A summer hike up Clougha Pike
Above: Bowden
C
LOUGHA Pike is the ideal beginner's hill. When I went up, three young children with their grandparents were there, scampering about like young rabbits let out for the first time, all chuffed to bits to have reached the top.
Pronounced 'Cluffer', this is really a heap of gritstone boulders, a playground for boulder scrambling and thick with bilberries in late summer. These lonely moors are deserted except for the birds: grouse can be heard and seen, calling with their nervous 'go-back, go-back' call; curlew with their lonely piping bubble and lapwings with their alarmed screech in case their nesting is disturbed. Very occasionally you might see a hen harrier which has found a home in Bowland, to the delight of naturalists.
Gritstone was quarried here by the Romans for making 'querns' or millstones for grinding corn. You can still find them abandoned, perhaps rejected by Quality Control. Quernmore, the village at the foot of Clougha, takes its name from this connection although it is known as 'Quormer' locally.
This is the first high ground from the sea and it can be wet and hostile for much of the year. Yet in dry weather it is like a tinderbox with a high risk of moorland fire. This is Access land, meaning we are allowed on it by agreement with the landowner, the Duke of Westminster. Dogs are not welcome not even on a lead, but walkers are so let's get on with the walk.
Park at Birk Bank car park on Rigg Lane, a single track road that runs over to Littledale. It gets its name from the vast heap of rocks that rises like a rampart from the fell side and was used as a firing range between the wars. Occasionally old shells are discovered and indeed I discovered one myself once, an evil looking thing corroded and rusty. I gingerly handed it over to the Ranger who was not best pleased. The feeling was I should have left it where it was but it seemed to me better to get it dealt with.
Leave the car park by the gate that leads to the open fell on a clear track, taking the right where the track divides. When you meet a gate, turn down left and cross an area of boggy ground by some wooden boards. Follow the path up through gorse and young oak trees and we come to a wall corner and a choice of two ladder stiles.

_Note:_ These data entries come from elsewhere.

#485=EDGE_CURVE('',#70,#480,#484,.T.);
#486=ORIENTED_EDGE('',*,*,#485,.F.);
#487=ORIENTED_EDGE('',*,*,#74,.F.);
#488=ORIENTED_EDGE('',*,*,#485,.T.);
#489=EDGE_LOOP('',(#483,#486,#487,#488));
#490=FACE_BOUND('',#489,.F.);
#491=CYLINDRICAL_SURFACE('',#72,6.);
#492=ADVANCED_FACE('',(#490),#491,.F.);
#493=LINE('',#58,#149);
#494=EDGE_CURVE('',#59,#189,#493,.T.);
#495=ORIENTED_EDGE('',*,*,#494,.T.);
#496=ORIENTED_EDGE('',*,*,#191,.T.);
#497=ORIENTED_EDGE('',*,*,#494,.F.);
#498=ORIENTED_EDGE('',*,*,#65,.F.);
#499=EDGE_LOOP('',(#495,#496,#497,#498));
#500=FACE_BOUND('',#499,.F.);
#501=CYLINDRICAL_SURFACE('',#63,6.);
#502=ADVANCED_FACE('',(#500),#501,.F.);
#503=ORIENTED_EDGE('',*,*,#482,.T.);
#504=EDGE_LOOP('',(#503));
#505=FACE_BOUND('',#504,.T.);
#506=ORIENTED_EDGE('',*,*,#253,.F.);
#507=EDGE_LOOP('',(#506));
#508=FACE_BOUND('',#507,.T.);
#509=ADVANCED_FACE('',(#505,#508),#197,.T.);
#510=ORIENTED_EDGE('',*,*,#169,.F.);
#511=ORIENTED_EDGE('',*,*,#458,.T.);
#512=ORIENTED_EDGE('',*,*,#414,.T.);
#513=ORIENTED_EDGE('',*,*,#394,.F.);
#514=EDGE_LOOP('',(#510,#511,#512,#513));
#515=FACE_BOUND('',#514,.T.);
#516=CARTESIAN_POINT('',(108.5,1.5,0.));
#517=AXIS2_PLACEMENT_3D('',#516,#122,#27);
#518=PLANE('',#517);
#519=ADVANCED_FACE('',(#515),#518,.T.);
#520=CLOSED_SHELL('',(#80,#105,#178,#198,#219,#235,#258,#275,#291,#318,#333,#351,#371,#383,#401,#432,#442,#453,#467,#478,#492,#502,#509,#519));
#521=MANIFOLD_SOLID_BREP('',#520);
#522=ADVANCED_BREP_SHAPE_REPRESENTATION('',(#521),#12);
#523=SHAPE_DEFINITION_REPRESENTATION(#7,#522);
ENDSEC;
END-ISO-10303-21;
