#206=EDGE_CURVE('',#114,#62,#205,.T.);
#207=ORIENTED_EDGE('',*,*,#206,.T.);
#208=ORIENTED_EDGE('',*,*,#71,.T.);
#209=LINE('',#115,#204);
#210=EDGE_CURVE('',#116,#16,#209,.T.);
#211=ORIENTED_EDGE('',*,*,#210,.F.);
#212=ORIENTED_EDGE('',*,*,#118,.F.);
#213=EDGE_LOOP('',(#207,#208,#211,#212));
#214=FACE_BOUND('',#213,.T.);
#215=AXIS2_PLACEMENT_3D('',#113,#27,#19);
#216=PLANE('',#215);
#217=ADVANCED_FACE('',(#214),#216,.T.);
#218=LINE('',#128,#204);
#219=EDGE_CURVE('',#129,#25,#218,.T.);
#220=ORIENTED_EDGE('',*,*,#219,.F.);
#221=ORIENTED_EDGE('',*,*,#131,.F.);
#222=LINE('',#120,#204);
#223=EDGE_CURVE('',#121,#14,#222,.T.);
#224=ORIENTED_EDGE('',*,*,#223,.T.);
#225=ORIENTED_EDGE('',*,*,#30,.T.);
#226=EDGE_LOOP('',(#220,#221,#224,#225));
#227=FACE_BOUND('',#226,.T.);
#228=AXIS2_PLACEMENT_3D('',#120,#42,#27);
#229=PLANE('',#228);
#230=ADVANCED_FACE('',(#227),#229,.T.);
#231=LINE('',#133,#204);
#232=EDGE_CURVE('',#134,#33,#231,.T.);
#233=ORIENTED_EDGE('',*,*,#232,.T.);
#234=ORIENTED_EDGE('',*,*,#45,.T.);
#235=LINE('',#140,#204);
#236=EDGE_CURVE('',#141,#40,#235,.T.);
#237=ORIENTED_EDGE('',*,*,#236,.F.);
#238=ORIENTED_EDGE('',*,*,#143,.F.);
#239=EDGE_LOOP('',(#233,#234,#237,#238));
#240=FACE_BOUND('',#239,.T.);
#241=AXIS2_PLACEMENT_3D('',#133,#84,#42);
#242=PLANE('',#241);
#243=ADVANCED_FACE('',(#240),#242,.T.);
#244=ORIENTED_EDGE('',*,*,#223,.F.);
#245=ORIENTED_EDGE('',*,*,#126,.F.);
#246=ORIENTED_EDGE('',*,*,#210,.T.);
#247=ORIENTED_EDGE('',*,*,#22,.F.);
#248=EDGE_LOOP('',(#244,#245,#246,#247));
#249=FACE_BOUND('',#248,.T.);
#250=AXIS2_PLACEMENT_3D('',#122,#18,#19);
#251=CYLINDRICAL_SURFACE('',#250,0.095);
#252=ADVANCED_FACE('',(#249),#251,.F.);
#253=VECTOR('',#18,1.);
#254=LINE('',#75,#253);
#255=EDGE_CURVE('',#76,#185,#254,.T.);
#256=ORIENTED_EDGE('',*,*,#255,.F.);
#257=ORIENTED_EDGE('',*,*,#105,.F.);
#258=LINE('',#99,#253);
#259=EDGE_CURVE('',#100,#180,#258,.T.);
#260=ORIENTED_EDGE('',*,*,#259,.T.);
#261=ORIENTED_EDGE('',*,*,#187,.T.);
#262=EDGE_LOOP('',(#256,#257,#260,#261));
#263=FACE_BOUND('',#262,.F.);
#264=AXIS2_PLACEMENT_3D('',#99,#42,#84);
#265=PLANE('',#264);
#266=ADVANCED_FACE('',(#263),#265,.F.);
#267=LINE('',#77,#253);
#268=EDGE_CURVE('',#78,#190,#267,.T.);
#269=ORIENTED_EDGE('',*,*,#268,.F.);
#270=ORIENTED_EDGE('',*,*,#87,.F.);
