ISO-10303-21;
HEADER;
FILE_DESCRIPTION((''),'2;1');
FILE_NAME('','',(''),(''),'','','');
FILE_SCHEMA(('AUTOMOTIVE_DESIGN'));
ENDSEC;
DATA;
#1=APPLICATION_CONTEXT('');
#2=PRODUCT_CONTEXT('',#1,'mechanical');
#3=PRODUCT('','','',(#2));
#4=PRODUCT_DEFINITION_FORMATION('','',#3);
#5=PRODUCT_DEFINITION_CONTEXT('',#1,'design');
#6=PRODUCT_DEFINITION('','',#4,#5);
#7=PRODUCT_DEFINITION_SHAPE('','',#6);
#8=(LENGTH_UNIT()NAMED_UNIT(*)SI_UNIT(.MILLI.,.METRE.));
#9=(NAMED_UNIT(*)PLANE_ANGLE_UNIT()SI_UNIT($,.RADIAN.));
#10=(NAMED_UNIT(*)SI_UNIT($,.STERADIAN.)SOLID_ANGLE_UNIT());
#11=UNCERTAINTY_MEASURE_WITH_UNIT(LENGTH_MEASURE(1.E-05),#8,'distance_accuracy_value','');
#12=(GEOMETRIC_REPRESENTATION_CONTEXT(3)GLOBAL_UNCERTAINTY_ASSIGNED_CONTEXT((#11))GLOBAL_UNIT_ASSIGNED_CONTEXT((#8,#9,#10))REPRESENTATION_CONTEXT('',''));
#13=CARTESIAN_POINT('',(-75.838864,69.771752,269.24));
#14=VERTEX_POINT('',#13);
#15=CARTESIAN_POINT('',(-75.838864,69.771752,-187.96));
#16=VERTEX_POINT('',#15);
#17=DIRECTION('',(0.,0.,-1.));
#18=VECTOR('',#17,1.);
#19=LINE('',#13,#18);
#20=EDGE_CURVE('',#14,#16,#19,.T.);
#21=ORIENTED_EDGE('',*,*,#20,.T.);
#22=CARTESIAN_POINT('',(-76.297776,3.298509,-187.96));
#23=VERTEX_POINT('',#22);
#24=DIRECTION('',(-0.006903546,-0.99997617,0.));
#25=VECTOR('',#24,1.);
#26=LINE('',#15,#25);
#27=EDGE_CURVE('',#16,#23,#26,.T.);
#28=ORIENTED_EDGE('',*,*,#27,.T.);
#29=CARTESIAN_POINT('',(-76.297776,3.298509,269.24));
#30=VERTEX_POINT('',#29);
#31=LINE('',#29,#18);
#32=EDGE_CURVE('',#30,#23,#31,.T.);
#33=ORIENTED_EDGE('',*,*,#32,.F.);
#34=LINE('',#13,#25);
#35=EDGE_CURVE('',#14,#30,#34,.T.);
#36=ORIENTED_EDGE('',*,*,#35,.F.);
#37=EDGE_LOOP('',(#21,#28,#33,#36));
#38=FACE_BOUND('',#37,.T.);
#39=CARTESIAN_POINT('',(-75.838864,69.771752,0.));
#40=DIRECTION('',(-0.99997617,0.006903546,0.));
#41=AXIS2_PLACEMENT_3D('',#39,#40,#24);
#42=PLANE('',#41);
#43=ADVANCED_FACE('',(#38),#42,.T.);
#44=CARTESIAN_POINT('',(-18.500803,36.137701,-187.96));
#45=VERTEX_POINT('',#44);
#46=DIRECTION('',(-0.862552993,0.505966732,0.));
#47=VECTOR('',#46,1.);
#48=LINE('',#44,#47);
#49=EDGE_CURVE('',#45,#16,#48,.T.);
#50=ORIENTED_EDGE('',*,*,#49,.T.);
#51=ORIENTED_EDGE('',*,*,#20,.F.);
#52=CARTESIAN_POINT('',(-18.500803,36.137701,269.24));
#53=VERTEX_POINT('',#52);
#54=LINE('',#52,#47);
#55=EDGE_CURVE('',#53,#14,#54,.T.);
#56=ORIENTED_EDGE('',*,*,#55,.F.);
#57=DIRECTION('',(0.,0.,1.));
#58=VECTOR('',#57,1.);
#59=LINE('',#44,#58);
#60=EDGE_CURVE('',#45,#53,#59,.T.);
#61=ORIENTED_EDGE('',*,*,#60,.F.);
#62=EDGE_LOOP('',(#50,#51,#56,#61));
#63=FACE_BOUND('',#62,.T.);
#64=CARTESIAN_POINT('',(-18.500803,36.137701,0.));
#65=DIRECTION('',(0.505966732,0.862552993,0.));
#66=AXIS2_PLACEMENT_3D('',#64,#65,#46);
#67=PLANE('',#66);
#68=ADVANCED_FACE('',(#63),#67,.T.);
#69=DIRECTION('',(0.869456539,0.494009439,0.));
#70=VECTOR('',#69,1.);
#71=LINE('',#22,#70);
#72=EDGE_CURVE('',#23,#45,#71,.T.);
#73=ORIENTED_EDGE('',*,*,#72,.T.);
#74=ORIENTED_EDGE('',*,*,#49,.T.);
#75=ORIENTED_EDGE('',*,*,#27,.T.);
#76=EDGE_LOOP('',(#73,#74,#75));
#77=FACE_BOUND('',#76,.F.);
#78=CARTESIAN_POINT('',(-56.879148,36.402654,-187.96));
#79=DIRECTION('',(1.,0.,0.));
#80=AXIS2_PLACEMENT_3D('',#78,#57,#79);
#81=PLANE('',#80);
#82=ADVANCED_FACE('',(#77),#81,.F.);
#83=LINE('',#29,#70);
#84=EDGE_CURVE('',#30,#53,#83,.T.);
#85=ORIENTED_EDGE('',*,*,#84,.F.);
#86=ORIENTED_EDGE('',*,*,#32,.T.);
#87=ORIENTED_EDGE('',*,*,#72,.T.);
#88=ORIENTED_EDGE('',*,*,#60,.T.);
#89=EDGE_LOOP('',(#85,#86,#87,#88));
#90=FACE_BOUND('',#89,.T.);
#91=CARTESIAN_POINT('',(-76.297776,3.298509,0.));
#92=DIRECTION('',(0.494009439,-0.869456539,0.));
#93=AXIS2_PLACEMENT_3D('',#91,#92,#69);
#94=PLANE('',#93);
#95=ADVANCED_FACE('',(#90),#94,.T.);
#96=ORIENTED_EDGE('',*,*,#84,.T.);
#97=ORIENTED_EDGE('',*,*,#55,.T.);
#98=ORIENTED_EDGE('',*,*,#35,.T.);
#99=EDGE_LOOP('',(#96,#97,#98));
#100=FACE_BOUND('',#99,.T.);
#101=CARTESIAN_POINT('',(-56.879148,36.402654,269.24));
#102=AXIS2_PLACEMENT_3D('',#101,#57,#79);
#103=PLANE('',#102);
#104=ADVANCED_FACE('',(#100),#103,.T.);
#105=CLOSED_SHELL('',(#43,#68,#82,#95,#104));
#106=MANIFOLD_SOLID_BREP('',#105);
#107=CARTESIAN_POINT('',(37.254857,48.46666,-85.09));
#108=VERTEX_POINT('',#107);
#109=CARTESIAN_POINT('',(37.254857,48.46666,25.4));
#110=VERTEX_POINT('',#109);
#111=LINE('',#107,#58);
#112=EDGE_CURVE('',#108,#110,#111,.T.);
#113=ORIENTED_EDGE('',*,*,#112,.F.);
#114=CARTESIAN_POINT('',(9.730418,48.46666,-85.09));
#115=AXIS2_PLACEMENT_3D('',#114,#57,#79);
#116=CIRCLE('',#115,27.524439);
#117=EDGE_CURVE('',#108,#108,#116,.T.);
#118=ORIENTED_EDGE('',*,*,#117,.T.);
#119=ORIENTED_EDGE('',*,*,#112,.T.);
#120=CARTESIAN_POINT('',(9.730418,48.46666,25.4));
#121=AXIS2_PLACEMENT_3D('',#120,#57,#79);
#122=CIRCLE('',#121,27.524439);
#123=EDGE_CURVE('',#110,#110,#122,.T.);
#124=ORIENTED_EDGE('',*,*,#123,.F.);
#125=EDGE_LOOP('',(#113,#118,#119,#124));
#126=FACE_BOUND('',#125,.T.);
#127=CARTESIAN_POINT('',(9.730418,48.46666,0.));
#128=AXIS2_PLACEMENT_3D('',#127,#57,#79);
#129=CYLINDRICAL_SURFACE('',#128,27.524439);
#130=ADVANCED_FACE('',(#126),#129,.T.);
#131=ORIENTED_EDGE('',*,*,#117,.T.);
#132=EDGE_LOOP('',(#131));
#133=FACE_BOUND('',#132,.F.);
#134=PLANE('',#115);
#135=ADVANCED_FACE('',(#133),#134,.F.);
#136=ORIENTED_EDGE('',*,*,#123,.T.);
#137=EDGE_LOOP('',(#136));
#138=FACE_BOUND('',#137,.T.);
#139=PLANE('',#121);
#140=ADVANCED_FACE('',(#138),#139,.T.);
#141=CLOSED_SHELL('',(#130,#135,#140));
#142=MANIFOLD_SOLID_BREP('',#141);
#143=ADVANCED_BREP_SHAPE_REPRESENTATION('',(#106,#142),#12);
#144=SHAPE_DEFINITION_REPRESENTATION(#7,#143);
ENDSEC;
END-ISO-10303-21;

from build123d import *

# Parameters (mm, degrees)
F1_DEPTH      = 269.24
F1_DEPTH_BACK = 187.96
F2_R          = 27.524439
F3_DEPTH      = 25.4
F3_DEPTH_BACK = 85.09


with BuildPart() as f1:
    # F0 (on Top) → F1 (new body, two sides)
    with BuildSketch(Plane.XY) as f1_sk:
        Polygon((-76.297776, 3.298509), (-18.500803, 36.137701), (-75.838864, 69.771752), align=None)
    extrude(amount=F1_DEPTH)
    extrude(f1_sk.sketch, amount=-F1_DEPTH_BACK)


with BuildPart() as f3:
    # F2 (on Top) → F3 (new body, two sides)
    with BuildSketch(Plane.XY) as f3_sk:
        with Locations((9.730418, 48.46666)):
            Circle(F2_R)
    extrude(amount=F3_DEPTH)
    extrude(f3_sk.sketch, amount=-F3_DEPTH_BACK)


solid = Compound([f1.part, f3.part])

Climb the one on the right and follow the wall quite steeply up a bank until the feint path levels out on the open fell. Ahead, a wall is seen crossing our way and we should aim for the right hand end, crossing an area of marshy grass. Go round the end of the wall as it turns left and stay with it till it turns right where a little wicket gate is found. Ahead, the rocky ridge of Clougha stands, our objective.
The path becomes more obvious thanks to the passage of boots over the years which has worn through the vegetation to the brown peat beneath. Rocky outcrops start to become more prominent as we gain gradual height until we pass through a gap in the jumbled boulders to gain the ridge which has a wall running along it with fence posts at intervals. Our path goes right and we pick our way among the rocks heading for the plateau, keeping the wall on our left.
When the wall dog-legs right, clamber through it and continue along what is now a fence line for about 100 yards before striking away half right towards the summit. The scattered rocks clustered around the white triangulation column mark the actual summit of Clougha Pike. Three shelters, open to the sky, offer some protection from the wind and provide a handy spot to raid the rucksack. The view from here on clear days is superb. To the east, the empty moors towards Ward Stone, to the northeast the stick-like windmills of Caton Moor Wind Farm, to the west the estuary of the River Lune and the conurbation of Lancaster and Morecambe. If you are very lucky it is sometimes possible to glimpse the Isle of Man. This is a fine spot for contemplation and I am reluctant to leave it.
But leave it we must and the path down heads west aiming for a farm seen below among the trees. The path is quite worn descending steeply at first then becoming more gradual across Rowten Brook Fell and crossing Rowten Brook whose course we follow all the way down to the farm. The stream has cut a deep channel in the peat and acts as our guide through two gates on a clear track. Approaching Rooten
Brook Farm the track cuts right, crosses the stream and turns left by which time the frenzied barking of dogs starts up. Don't worry, they are all penned in. I can only assume that the spelling of Rooten Brook Farm was to distinguish it from the neighbouring Rowten Brook Farm.
Follow down through the farm buildings, the track becoming surfaced. Cross the brook again in a wood and look for an opening on the right just before a green-painted wooden building. Follow this ancient track between walls and at a broken down gate emerge into sheep pasture. Look for the roof of a stone house ahead in a dip and make directly for it. The field drops away and a stile leads to the access track right in front of the front door of the nicely restored house, The Old Mill House. Walk down to the road and turn right and in 300 yards take the lane on the right, Rigg Lane, the single track road that leads to our car park. To the left Quernmore Church can be seen against a backdrop of trees, a beautiful setting for a country church.